ProgressMeter.jl is telling me that this will take a couple of hours though, compared to the previous implementation of a couple of minutes. But this can be very useful in cases where you either have access many cores or you really need to write out the for-loop. WARNING: Threads.@threads is only allowed for observations, not sampling (since those statements are inherintely mutating). So you can’t use the above statement to sample from the prior (unless you are using 1 thread). Nor is threading functional with reverse-mode AD frameworks, e.g. Zygote.jl and ReverseDiff.jl.

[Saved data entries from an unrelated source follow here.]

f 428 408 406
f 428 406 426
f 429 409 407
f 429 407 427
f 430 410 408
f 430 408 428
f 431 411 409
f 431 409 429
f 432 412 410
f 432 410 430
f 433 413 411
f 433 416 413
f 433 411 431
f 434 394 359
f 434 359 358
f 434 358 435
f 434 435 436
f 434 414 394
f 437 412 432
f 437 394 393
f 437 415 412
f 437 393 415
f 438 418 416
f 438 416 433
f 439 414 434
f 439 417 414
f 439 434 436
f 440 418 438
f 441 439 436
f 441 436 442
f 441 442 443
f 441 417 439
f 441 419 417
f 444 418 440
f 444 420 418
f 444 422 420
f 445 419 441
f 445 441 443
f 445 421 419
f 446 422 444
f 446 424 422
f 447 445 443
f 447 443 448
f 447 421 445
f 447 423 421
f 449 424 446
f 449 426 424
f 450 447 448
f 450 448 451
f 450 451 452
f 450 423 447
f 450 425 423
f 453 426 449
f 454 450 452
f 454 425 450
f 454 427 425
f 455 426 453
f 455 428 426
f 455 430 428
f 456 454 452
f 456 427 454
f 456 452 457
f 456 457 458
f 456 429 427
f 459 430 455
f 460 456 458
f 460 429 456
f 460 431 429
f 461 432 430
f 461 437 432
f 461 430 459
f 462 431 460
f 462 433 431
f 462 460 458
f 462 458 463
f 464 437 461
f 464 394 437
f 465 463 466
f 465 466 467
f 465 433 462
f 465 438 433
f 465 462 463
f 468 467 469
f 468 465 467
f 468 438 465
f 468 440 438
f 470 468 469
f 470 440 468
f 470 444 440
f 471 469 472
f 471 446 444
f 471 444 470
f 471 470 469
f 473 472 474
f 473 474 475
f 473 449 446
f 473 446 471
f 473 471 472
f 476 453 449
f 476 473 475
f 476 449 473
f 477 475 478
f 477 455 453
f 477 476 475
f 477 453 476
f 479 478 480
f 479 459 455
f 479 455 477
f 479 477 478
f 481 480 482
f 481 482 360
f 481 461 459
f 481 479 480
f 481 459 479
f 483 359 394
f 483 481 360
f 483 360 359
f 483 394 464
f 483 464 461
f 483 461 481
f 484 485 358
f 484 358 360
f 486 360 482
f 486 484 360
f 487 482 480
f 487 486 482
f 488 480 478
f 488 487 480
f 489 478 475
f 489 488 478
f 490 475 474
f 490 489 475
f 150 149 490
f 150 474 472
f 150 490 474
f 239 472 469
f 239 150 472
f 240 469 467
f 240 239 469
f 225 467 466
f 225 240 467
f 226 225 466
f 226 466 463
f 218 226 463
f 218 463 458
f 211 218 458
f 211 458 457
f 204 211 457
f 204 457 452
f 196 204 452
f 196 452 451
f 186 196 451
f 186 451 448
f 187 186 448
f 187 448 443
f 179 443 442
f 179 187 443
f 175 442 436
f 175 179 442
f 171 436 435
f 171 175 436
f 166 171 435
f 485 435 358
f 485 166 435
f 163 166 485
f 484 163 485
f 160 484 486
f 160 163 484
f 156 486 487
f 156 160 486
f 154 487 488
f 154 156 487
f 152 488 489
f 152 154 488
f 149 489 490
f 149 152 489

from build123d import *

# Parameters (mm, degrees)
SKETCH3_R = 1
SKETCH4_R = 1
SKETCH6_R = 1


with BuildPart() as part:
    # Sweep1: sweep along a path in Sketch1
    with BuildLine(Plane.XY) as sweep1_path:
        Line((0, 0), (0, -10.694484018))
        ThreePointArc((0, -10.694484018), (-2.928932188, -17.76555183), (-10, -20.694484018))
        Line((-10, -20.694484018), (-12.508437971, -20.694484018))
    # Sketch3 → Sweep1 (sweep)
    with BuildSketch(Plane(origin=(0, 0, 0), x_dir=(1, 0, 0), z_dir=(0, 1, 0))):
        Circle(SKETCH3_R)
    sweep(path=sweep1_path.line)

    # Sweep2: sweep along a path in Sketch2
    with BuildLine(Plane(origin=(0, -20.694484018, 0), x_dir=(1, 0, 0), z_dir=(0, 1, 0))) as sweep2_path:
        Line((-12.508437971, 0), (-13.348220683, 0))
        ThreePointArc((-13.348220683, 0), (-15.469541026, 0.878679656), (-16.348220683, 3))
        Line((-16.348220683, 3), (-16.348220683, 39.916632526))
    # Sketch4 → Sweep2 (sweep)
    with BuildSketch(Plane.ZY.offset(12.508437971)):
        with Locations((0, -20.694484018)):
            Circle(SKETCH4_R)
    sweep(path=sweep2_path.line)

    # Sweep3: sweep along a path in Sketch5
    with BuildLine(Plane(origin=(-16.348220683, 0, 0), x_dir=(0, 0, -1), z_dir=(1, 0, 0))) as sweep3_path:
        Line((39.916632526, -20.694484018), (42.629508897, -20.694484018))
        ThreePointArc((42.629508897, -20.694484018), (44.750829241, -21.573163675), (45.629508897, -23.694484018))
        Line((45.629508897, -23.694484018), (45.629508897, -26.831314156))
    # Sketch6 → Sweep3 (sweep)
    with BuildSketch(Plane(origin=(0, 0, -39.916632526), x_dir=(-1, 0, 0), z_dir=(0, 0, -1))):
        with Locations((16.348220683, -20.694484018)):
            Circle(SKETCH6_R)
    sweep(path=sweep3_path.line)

The reason for this difference in performance likely is due to AD :confused: For-loops are generally quite difficult to AD through, while most AD-frameworks have very fast implementations for vectorized operations, e.g. ForwardDiff.jl (which Turing.jl uses by default).

@torfjelde just passing by to thank you again for the incredible help. I managed to scale the model using your suggestion with the DynamicPPL.@addlogprob! trick.

I will try use NUTS now to figure out what are good leapfrog parameters for HMC. Is it correct to say that NUTS would be the “most advanced” sampler when it comes to self-tuning parameters?

2 Likes

Awesome; glad to hear!:slight_smile:

And yeah, NUTS is the go-to for self-tuning parameters :+1:

1 Like

Is manually adding logprob generally the fastest method? I have model with around 300 parameters, with 8 hyper parameters that all depend on each other and 20000 data points that takes a couple of days to get 5000 samples with NUTS. I’m happy to lose some of the elegance of the standard Turing syntax for a speed to at this point.

It can really help if the likelihood is represented as an array of univariate distributions. E.g. instead of doing something like x[i] ~ Normal(mu[i], sigma[i]), it will be much faster to do @addlogprob! sum(map(StatsFuns.normlogpdf, mu, sigma, x)) or even using something like Tullio.jl for reductions.
This is because Turing.jl can’t automatically “unroll” your for-loop and vectorize the operation for you. By using @addlogprob! directly, you can do that yourself:)

1 Like

Brilliant! Is it possible to use LoopVectorization in this context? I’ve tried, but to no avail as yet.